## [What this task involves]
Copy nothing but the lines below running from the line containing "v 18.621 64.95 -111.274" through the line containing "v -55.049 -27.777 -111.274", both end lines included.

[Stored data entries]

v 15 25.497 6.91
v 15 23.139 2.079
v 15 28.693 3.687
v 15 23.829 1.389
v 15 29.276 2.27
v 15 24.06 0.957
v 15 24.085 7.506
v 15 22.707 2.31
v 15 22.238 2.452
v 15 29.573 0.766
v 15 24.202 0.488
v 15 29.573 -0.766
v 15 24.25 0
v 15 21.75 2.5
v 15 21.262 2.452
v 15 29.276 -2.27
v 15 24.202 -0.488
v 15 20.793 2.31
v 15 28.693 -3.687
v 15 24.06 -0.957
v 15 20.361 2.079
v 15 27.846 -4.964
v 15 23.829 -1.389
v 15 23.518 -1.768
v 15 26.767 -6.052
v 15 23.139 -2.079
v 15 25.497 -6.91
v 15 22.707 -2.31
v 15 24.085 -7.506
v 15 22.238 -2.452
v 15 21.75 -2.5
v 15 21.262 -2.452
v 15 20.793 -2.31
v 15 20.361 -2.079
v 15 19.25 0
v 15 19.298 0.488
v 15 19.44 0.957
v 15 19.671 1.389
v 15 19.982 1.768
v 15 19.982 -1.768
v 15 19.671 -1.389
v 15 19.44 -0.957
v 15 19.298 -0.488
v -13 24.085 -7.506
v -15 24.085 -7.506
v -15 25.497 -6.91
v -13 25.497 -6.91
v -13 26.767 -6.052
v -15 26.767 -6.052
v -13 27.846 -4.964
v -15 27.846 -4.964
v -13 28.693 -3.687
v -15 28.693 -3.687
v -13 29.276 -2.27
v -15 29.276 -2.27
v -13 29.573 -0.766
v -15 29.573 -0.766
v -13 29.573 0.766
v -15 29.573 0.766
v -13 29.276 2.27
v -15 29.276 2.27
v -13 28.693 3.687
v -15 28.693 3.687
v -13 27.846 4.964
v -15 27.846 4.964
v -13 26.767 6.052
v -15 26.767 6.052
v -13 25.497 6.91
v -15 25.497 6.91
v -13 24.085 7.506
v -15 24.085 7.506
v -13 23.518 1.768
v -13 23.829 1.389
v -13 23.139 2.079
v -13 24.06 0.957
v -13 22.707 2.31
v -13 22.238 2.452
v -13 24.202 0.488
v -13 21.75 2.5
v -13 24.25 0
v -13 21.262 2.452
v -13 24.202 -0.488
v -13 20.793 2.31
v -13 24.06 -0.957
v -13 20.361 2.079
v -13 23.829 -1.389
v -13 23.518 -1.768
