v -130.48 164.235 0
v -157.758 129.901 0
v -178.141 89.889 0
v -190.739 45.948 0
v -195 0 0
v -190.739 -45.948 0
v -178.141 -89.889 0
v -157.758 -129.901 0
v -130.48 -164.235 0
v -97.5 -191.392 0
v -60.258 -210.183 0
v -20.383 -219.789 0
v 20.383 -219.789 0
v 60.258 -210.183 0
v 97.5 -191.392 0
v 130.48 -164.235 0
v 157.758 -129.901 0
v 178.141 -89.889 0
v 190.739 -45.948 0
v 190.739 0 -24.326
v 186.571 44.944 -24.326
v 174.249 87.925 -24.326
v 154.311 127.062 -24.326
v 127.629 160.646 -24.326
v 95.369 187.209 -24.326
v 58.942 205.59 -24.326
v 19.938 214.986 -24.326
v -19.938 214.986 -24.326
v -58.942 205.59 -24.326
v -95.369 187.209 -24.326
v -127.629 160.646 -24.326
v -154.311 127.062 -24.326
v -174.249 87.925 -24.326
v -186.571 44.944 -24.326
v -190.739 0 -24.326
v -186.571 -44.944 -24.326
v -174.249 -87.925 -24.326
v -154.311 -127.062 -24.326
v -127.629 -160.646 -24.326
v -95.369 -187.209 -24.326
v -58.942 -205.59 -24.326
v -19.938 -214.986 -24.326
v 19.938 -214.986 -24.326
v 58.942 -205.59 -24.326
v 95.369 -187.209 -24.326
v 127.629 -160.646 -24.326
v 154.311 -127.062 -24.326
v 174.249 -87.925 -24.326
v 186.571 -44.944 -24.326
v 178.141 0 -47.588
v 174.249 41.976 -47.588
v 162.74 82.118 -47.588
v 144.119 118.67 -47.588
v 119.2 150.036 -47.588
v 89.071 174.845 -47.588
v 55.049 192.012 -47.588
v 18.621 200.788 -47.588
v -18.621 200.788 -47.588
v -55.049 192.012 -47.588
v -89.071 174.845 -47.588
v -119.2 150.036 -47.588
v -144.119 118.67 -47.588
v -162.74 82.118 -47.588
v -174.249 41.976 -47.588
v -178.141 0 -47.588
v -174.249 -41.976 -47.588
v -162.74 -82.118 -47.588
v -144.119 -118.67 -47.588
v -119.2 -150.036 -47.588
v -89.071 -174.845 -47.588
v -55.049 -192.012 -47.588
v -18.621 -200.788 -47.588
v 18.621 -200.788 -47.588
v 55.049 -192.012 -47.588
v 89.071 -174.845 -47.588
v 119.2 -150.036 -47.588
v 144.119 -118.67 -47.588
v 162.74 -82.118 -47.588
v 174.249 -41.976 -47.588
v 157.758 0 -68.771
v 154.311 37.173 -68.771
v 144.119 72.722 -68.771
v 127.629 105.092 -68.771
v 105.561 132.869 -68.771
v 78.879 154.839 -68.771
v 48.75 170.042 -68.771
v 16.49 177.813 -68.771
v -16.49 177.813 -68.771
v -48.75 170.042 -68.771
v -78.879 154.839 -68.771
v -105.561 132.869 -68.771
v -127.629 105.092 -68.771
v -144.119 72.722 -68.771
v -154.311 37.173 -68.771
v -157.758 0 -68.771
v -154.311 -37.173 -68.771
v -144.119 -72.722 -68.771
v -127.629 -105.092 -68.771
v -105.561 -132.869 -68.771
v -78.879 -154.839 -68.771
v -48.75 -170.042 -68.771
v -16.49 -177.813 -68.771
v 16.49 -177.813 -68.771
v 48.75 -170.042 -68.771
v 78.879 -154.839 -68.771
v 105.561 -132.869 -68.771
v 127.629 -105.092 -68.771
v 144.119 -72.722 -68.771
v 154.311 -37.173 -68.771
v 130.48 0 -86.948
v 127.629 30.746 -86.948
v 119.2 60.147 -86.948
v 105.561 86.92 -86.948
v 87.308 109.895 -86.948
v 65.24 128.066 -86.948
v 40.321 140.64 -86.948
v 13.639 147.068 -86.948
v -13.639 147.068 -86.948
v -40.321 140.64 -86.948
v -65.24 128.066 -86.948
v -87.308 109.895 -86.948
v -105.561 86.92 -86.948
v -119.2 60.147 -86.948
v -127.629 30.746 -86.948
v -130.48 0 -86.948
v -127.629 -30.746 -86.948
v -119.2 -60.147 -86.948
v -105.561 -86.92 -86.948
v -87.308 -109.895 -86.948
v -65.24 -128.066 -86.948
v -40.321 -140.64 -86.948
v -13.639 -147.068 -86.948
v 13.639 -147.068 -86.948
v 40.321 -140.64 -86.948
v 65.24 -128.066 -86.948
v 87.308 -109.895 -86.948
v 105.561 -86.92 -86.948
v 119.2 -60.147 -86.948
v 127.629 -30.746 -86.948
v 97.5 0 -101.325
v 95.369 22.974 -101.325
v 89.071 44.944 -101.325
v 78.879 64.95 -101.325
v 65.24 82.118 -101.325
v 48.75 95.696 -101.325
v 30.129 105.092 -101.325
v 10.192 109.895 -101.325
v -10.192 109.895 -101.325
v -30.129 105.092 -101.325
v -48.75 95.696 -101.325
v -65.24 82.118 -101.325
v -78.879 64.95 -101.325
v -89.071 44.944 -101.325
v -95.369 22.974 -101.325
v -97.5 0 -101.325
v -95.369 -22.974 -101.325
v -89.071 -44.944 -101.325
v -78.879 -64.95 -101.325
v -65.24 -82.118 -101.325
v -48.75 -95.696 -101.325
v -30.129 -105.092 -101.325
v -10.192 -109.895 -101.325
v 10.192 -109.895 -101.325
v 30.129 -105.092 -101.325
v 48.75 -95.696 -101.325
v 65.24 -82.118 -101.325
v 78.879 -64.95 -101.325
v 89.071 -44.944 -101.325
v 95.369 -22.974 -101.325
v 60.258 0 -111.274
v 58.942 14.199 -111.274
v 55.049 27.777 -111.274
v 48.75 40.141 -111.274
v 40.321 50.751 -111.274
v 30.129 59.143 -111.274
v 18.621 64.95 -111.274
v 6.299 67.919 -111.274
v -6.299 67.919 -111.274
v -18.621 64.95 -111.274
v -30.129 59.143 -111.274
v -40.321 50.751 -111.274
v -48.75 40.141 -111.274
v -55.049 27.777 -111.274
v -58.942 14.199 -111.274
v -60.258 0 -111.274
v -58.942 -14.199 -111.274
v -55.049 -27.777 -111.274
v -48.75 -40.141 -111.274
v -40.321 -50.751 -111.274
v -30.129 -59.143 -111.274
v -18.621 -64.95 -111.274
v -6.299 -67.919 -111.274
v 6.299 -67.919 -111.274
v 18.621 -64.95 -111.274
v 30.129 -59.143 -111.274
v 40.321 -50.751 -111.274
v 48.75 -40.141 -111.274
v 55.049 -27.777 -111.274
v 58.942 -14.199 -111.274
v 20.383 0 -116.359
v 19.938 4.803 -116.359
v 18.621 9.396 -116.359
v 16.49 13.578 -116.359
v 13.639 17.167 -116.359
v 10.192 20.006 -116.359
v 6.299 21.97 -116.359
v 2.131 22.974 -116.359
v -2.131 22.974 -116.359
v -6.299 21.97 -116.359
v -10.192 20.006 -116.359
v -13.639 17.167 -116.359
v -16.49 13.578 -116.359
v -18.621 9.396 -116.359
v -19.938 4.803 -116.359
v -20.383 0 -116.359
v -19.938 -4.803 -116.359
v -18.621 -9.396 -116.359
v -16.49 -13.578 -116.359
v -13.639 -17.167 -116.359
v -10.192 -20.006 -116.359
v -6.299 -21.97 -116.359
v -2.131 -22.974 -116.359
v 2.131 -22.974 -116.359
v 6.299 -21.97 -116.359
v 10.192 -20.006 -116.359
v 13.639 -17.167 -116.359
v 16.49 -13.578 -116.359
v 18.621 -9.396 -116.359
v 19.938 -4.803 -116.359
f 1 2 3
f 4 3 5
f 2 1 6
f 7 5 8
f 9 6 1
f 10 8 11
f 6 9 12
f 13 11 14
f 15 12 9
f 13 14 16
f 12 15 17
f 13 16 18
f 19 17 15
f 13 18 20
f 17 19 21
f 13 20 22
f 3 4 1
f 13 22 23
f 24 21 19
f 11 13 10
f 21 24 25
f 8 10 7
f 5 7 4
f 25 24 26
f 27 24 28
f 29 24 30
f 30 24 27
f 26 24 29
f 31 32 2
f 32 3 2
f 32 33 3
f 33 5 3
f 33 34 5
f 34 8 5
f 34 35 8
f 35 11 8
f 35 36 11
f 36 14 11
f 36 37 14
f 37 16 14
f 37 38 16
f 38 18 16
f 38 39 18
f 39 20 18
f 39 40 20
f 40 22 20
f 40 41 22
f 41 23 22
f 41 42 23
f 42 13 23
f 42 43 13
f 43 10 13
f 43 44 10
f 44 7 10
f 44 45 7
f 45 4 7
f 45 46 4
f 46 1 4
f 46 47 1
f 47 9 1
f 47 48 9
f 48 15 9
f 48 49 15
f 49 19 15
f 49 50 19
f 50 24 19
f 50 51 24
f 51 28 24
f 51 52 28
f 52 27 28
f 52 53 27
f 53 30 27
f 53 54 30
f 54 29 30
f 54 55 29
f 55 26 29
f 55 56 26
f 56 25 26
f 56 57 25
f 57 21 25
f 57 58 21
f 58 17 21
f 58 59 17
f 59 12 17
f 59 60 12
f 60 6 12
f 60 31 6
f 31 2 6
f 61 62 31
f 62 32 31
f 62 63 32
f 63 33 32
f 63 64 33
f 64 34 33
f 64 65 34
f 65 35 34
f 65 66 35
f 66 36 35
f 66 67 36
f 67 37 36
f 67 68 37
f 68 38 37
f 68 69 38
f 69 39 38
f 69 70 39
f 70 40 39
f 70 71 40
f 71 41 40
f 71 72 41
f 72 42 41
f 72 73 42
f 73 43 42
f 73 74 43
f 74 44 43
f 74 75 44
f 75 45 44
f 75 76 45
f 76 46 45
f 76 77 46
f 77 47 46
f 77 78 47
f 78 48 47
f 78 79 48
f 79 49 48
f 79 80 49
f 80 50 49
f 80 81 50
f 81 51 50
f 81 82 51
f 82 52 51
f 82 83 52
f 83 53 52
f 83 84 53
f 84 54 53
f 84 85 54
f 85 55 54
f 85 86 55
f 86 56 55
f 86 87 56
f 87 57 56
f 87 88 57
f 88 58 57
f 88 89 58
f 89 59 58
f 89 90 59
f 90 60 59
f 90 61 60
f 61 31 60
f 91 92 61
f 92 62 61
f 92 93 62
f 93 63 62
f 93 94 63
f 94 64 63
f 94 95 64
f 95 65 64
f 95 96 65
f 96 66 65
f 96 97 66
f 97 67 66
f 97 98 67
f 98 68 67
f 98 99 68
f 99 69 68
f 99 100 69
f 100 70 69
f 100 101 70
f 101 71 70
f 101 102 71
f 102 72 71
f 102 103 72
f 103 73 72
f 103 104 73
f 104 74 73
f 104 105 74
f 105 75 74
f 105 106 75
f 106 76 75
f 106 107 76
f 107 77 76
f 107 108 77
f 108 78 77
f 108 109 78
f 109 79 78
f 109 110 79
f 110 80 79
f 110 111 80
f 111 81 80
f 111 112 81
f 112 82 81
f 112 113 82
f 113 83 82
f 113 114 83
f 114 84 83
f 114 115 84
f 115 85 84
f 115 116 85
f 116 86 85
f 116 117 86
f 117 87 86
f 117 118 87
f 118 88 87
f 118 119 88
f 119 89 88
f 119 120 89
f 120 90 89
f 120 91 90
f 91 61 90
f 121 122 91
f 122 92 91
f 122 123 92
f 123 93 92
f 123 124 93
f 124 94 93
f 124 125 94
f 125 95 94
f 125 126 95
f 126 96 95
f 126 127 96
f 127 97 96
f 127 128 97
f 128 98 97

## [Answer to this task]
v 18.621 64.95 -111.274
v 6.299 67.919 -111.274
v -6.299 67.919 -111.274
v -18.621 64.95 -111.274
v -30.129 59.143 -111.274
v -40.321 50.751 -111.274
v -48.75 40.141 -111.274
v -55.049 27.777 -111.274
v -58.942 14.199 -111.274
v -60.258 0 -111.274
v -58.942 -14.199 -111.274
v -55.049 -27.777 -111.274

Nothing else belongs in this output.